Material for this task section start

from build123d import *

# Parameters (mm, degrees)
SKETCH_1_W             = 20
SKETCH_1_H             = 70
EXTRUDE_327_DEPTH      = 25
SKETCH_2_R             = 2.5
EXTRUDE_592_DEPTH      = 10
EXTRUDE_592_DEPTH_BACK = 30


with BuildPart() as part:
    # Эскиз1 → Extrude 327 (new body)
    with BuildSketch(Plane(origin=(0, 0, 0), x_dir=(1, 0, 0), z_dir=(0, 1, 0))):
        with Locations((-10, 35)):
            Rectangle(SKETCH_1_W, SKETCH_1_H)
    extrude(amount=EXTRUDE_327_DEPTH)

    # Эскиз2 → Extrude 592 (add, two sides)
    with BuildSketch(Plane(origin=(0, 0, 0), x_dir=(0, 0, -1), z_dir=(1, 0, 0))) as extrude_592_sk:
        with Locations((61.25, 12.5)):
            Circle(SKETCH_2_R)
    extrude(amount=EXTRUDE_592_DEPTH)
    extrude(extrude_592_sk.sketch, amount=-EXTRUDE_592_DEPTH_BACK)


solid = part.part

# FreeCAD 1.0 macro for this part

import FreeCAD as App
import Part
import Sketcher
from FreeCAD import Vector


def add_polygon(sketch, points):
    """Adds a closed chain of lines whose ends are joined by coincident constraints."""
    first, n = sketch.GeometryCount, len(points)
    for a, b in zip(points, points[1:] + points[:1]):
        sketch.addGeometry(Part.LineSegment(App.Vector(*a, 0), App.Vector(*b, 0)), False)
    for i in range(n):
        sketch.addConstraint(Sketcher.Constraint("Coincident", first + i, 2, first + (i + 1) % n, 1))

doc = App.newDocument("Part")
body = doc.addObject("PartDesign::Body", "Body")

sketch1 = body.newObject("Sketcher::SketchObject", "Sketch")
sketch1.AttachmentSupport = (doc.getObject("XZ_Plane"), [""])
sketch1.MapMode = "FlatFace"
add_polygon(sketch1, [(-20, -70), (-20, 0), (0, 0), (0, -70)])
sketch1.addConstraint(Sketcher.Constraint("Vertical", 0))
sketch1.addConstraint(Sketcher.Constraint("Horizontal", 1))
sketch1.addConstraint(Sketcher.Constraint("Vertical", 2))
sketch1.addConstraint(Sketcher.Constraint("Horizontal", 3))
sketch1.addConstraint(Sketcher.Constraint("Coincident", 1, 2, -1, 1))
sketch1.addConstraint(Sketcher.Constraint("DistanceX", 1, 1, 1, 2, 20.0))
sketch1.addConstraint(Sketcher.Constraint("DistanceY", 0, 1, 0, 2, 70.0))
pad1 = body.newObject("PartDesign::Pad", "Pad")
pad1.Profile = sketch1
pad1.Length = 25
pad1.Reversed = True

sketch2 = body.newObject("Sketcher::SketchObject", "Sketch001")
sketch2.AttachmentSupport = (doc.getObject("YZ_Plane"), [""])
sketch2.MapMode = "FlatFace"
sketch2.addGeometry(Part.Circle(Vector(12.5, -61.2, 0), Vector(0, 0, 1), 2.5), False)
sketch2.addConstraint(Sketcher.Constraint("Diameter", 0, 5.0))
sketch2.addConstraint(Sketcher.Constraint("DistanceX", -1, 1, 0, 3, 12.5))
sketch2.addConstraint(Sketcher.Constraint("DistanceY", 0, 3, -1, 1, 61.25))
pad2 = body.newObject("PartDesign::Pad", "Pad001")
pad2.Profile = sketch2
pad2.Type = "TwoLengths"
pad2.Length = 10
pad2.Length2 = 30

doc.recompute()
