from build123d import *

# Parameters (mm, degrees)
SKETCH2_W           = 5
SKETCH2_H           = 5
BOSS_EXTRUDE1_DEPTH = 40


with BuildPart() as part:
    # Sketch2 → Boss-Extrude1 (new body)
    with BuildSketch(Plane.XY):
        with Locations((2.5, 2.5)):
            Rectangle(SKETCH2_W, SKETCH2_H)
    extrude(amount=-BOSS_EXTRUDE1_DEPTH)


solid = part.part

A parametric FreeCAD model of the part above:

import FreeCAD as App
import Part
import Sketcher
from FreeCAD import Vector
Q = App.Units.Quantity

doc = App.newDocument("Part")
params = doc.addObject("Spreadsheet::Sheet", "Params")
for row, (alias, value) in enumerate([
    ("sketch1_width", "5 mm"),
    ("pad1_length", "40 mm"),
], start=1):
    params.set(f"A{row}", alias)
    params.set(f"B{row}", "=" + value)
    params.setAlias(f"B{row}", alias)

body = doc.addObject("PartDesign::Body", "Body")

# Sketch on XY plane
sketch1 = doc.addObject("Sketcher::SketchObject", "Sketch")
body.addObject(sketch1)
sketch1.AttachmentSupport = (doc.XY_Plane, [""])
sketch1.MapMode = "FlatFace"
sketch1.addGeometry([
    Part.LineSegment(Vector(0, 5, 0), Vector(0, 0, 0)),
    Part.LineSegment(Vector(0, 0, 0), Vector(5, 0, 0)),
    Part.LineSegment(Vector(5, 0, 0), Vector(5, 5, 0)),
    Part.LineSegment(Vector(5, 5, 0), Vector(0, 5, 0)),
], False)
sketch1.addConstraint([
    Sketcher.Constraint("Coincident", 0, 2, 1, 1),
    Sketcher.Constraint("Coincident", 1, 2, 2, 1),
    Sketcher.Constraint("Coincident", 2, 2, 3, 1),
    Sketcher.Constraint("Coincident", 3, 2, 0, 1),
    Sketcher.Constraint("Vertical", 0),
    Sketcher.Constraint("Horizontal", 1),
    Sketcher.Constraint("Vertical", 2),
    Sketcher.Constraint("Horizontal", 3),
    Sketcher.Constraint("Coincident", 0, 2, -1, 1),
    Sketcher.Constraint("Equal", 3, 0),
    Sketcher.Constraint("DistanceX", 1, 1, 1, 2, Q("5 mm")),
])
sketch1.setExpression("Constraints[10]", "Params.sketch1_width")
pad1 = doc.addObject("PartDesign::Pad", "Pad")
body.addObject(pad1)
pad1.Profile = sketch1
pad1.setExpression("Length", "Params.pad1_length")
pad1.Reversed = True

doc.recompute()
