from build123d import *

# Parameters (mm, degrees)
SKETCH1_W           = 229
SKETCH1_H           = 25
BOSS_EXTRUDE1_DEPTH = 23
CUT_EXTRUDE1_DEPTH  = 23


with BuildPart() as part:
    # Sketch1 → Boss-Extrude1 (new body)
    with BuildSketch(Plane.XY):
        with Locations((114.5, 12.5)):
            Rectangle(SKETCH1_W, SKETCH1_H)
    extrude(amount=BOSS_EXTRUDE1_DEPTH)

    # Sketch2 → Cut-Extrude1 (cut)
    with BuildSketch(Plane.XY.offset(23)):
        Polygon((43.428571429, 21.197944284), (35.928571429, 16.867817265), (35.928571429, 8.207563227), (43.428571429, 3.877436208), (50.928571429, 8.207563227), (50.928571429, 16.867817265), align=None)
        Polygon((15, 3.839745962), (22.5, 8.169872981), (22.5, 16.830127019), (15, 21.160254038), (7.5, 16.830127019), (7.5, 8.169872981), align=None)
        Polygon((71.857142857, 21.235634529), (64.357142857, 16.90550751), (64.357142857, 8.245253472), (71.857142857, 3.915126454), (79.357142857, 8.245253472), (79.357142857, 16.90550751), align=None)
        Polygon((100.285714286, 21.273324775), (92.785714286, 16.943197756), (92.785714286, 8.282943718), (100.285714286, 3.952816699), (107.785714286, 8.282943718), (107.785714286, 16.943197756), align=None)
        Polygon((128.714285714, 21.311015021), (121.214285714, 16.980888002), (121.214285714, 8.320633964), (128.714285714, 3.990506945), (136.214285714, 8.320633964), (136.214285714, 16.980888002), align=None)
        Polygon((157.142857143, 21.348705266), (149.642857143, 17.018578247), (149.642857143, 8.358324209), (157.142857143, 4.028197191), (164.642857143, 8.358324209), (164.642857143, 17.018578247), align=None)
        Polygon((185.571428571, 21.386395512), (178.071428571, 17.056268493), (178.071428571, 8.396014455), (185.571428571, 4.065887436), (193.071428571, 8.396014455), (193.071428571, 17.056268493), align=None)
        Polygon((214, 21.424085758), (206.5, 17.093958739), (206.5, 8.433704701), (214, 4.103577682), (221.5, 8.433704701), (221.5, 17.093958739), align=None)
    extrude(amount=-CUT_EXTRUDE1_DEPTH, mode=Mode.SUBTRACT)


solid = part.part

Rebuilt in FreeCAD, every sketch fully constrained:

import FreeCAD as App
import Part
import Sketcher
Q = App.Units.Quantity


def add_polygon(sketch, points):
    """Adds a closed chain of lines whose ends are joined by coincident constraints."""
    first, n = sketch.GeometryCount, len(points)
    for a, b in zip(points, points[1:] + points[:1]):
        sketch.addGeometry(Part.LineSegment(App.Vector(*a, 0), App.Vector(*b, 0)), False)
    for i in range(n):
        sketch.addConstraint(Sketcher.Constraint("Coincident", first + i, 2, first + (i + 1) % n, 1))

doc = App.newDocument("Part")
body = doc.addObject("PartDesign::Body", "Body")

sketch1 = doc.addObject("Sketcher::SketchObject", "Sketch")
body.addObject(sketch1)
sketch1.AttachmentSupport = (doc.XY_Plane, [""])
sketch1.MapMode = "FlatFace"
add_polygon(sketch1, [(0, 25), (0, 0), (229, 0), (229, 25)])
sketch1.addConstraint([
    Sketcher.Constraint("Vertical", 0),
    Sketcher.Constraint("Horizontal", 1),
    Sketcher.Constraint("Vertical", 2),
    Sketcher.Constraint("Horizontal", 3),
    Sketcher.Constraint("Coincident", 0, 2, -1, 1),
    Sketcher.Constraint("DistanceX", 1, 1, 1, 2, Q("229 mm")),
    Sketcher.Constraint("DistanceY", 0, 2, 0, 1, Q("25 mm")),
])
pad1 = doc.addObject("PartDesign::Pad", "Pad")
body.addObject(pad1)
pad1.Profile = sketch1
pad1.Length = 23

sketch2 = doc.addObject("Sketcher::SketchObject", "Sketch001")
body.addObject(sketch2)
sketch2.AttachmentSupport = (doc.XY_Plane, [""])
sketch2.MapMode = "FlatFace"
sketch2.AttachmentOffset = App.Placement(App.Vector(0, 0, 23), App.Rotation())
add_polygon(sketch2, [(43, 21), (36, 17), (36, 8), (43, 4), (51, 8), (51, 17)])
add_polygon(sketch2, [(15, 4), (22, 8), (22, 17), (15, 21), (8, 17), (8, 8)])
add_polygon(sketch2, [(72, 21), (64, 17), (64, 8), (72, 4), (79, 8), (79, 17)])
add_polygon(sketch2, [(100, 21), (93, 17), (93, 8), (100, 4), (108, 8), (108, 17)])
add_polygon(sketch2, [(129, 21), (121, 17), (121, 8), (129, 4), (136, 8), (136, 17)])
add_polygon(sketch2, [(157, 21), (150, 17), (150, 8), (157, 4), (165, 8), (165, 17)])
add_polygon(sketch2, [(186, 21), (178, 17), (178, 8), (186, 4), (193, 8), (193, 17)])
add_polygon(sketch2, [(214, 21), (206, 17), (206, 8), (214, 4), (222, 8), (222, 17)])
sketch2.addConstraint([
    Sketcher.Constraint("Vertical", 1),
    Sketcher.Constraint("Vertical", 4),
    Sketcher.Constraint("Vertical", 7),
    Sketcher.Constraint("Vertical", 10),
    Sketcher.Constraint("Vertical", 13),
    Sketcher.Constraint("Vertical", 16),
    Sketcher.Constraint("Vertical", 19),
    Sketcher.Constraint("Vertical", 22),
    Sketcher.Constraint("Vertical", 25),
    Sketcher.Constraint("Vertical", 28),
    Sketcher.Constraint("Vertical", 31),
    Sketcher.Constraint("Vertical", 34),
    Sketcher.Constraint("Vertical", 37),
    Sketcher.Constraint("Vertical", 40),
    Sketcher.Constraint("Vertical", 43),
    Sketcher.Constraint("Vertical", 46),
    Sketcher.Constraint("Parallel", 0, 3),
    Sketcher.Constraint("Parallel", 2, 5),
    Sketcher.Constraint("Parallel", 3, 6),
    Sketcher.Constraint("Parallel", 5, 8),
    Sketcher.Constraint("Parallel", 6, 9),
    Sketcher.Constraint("Parallel", 8, 11),
    Sketcher.Constraint("Parallel", 9, 12),
    Sketcher.Constraint("Parallel", 11, 14),
    Sketcher.Constraint("Parallel", 12, 15),
    Sketcher.Constraint("Parallel", 14, 17),
    Sketcher.Constraint("Parallel", 15, 18),
    Sketcher.Constraint("Parallel", 17, 20),
    Sketcher.Constraint("Parallel", 18, 21),
    Sketcher.Constraint("Parallel", 20, 23),
    Sketcher.Constraint("Parallel", 21, 24),
    Sketcher.Constraint("Parallel", 23, 26),
    Sketcher.Constraint("Parallel", 24, 27),
    Sketcher.Constraint("Parallel", 26, 29),
    Sketcher.Constraint("Parallel", 27, 30),
    Sketcher.Constraint("Parallel", 29, 32),
    Sketcher.Constraint("Parallel", 30, 33),
    Sketcher.Constraint("Parallel", 32, 35),
    Sketcher.Constraint("Parallel", 33, 36),
    Sketcher.Constraint("Parallel", 35, 38),
    Sketcher.Constraint("Parallel", 36, 39),
    Sketcher.Constraint("Parallel", 38, 41),
    Sketcher.Constraint("Parallel", 39, 42),
    Sketcher.Constraint("Parallel", 41, 44),
    Sketcher.Constraint("Parallel", 42, 45),
    Sketcher.Constraint("Parallel", 44, 47),
    Sketcher.Constraint("Horizontal", 1, 2, 3, 2),
    Sketcher.Constraint("Horizontal", 0, 2, 4, 2),
    Sketcher.Constraint("Horizontal", 7, 2, 9, 2),
    Sketcher.Constraint("Horizontal", 6, 2, 10, 2),
    Sketcher.Constraint("Horizontal", 13, 2, 15, 2),
    Sketcher.Constraint("Horizontal", 12, 2, 16, 2),
    Sketcher.Constraint("Horizontal", 19, 2, 21, 2),
    Sketcher.Constraint("Horizontal", 18, 2, 22, 2),
    Sketcher.Constraint("Horizontal", 25, 2, 27, 2),
    Sketcher.Constraint("Horizontal", 24, 2, 28, 2),
    Sketcher.Constraint("Horizontal", 31, 2, 33, 2),
    Sketcher.Constraint("Horizontal", 30, 2, 34, 2),
    Sketcher.Constraint("Horizontal", 37, 2, 39, 2),
    Sketcher.Constraint("Horizontal", 36, 2, 40, 2),
    Sketcher.Constraint("Horizontal", 43, 2, 45, 2),
    Sketcher.Constraint("Horizontal", 42, 2, 46, 2),
    Sketcher.Constraint("Vertical", 2, 2, 5, 2),
    Sketcher.Constraint("Equal", 4, 7),
    Sketcher.Constraint("Equal", 10, 13),
    Sketcher.Constraint("Equal", 16, 19),
    Sketcher.Constraint("Equal", 22, 25),
    Sketcher.Constraint("Equal", 28, 31),
    Sketcher.Constraint("Equal", 34, 37),
    Sketcher.Constraint("Equal", 40, 43),
    Sketcher.Constraint("Equal", 5, 6),
    Sketcher.Constraint("Equal", 11, 12),
    Sketcher.Constraint("Equal", 17, 18),
    Sketcher.Constraint("Equal", 23, 24),
    Sketcher.Constraint("Equal", 29, 30),
    Sketcher.Constraint("Equal", 35, 36),
    Sketcher.Constraint("Equal", 41, 42),
    Sketcher.Constraint("Angle", 0, Q("-150 deg")),
    Sketcher.Constraint("DistanceX", -1, 1, 8, 2, Q("15 mm")),
    Sketcher.Constraint("DistanceX", -1, 1, 44, 2, Q("214 mm")),
    Sketcher.Constraint("DistanceX", 1, 2, 3, 2, Q("15 mm")),
    Sketcher.Constraint("DistanceY", 1, 2, 1, 1, Q("8.660254 mm")),
    Sketcher.Constraint("DistanceX", -1, 1, 0, 2, Q("35.928571 mm")),
    Sketcher.Constraint("DistanceY", -1, 1, 24, 2, Q("16.980888 mm")),
    Sketcher.Constraint("DistanceY", -1, 1, 30, 2, Q("17.018578 mm")),
    Sketcher.Constraint("DistanceX", -1, 1, 36, 2, Q("178.071429 mm")),
    Sketcher.Constraint("DistanceY", -1, 1, 36, 2, Q("17.056268 mm")),
    Sketcher.Constraint("DistanceY", -1, 1, 42, 2, Q("17.093959 mm")),
    Sketcher.Constraint("DistanceY", 6, 2, 1, 2, Q("0.03769 mm")),
    Sketcher.Constraint("DistanceX", 4, 2, 12, 2, Q("13.428571 mm")),
    Sketcher.Constraint("DistanceY", 4, 2, 12, 2, Q("0.03769 mm")),
    Sketcher.Constraint("DistanceX", 16, 2, 18, 2, Q("13.428571 mm")),
    Sketcher.Constraint("DistanceY", 16, 2, 18, 2, Q("0.03769 mm")),
    Sketcher.Constraint("DistanceX", 22, 2, 24, 2, Q("13.428571 mm")),
    Sketcher.Constraint("DistanceY", 22, 2, 24, 2, Q("0.03769 mm")),
    Sketcher.Constraint("DistanceX", 28, 2, 30, 2, Q("13.428571 mm")),
])
pocket1 = doc.addObject("PartDesign::Pocket", "Pocket")
body.addObject(pocket1)
pocket1.Profile = sketch2
pocket1.Length = 23

doc.recompute()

Material for this task section end

§ Aim of the exercise
Going through the entries above, show each line that contains "with".

§ Result of this exercise
with BuildPart() as part:
    with BuildSketch(Plane(origin=(0, 0, 0), x_dir=(1, 0, 0), z_dir=(0, 1, 0))):
        with Locations((-10, 35)):
    with BuildSketch(Plane(origin=(0, 0, 0), x_dir=(0, 0, -1), z_dir=(1, 0, 0))) as extrude_592_sk:
        with Locations((61.25, 12.5)):
with BuildPart() as part:
    with BuildSketch(Plane.XY):
        with Locations((2.5, 2.5)):
with BuildPart() as part:
    with BuildSketch(Plane.XY):
        with Locations((114.5, 12.5)):
    with BuildSketch(Plane.XY.offset(23)):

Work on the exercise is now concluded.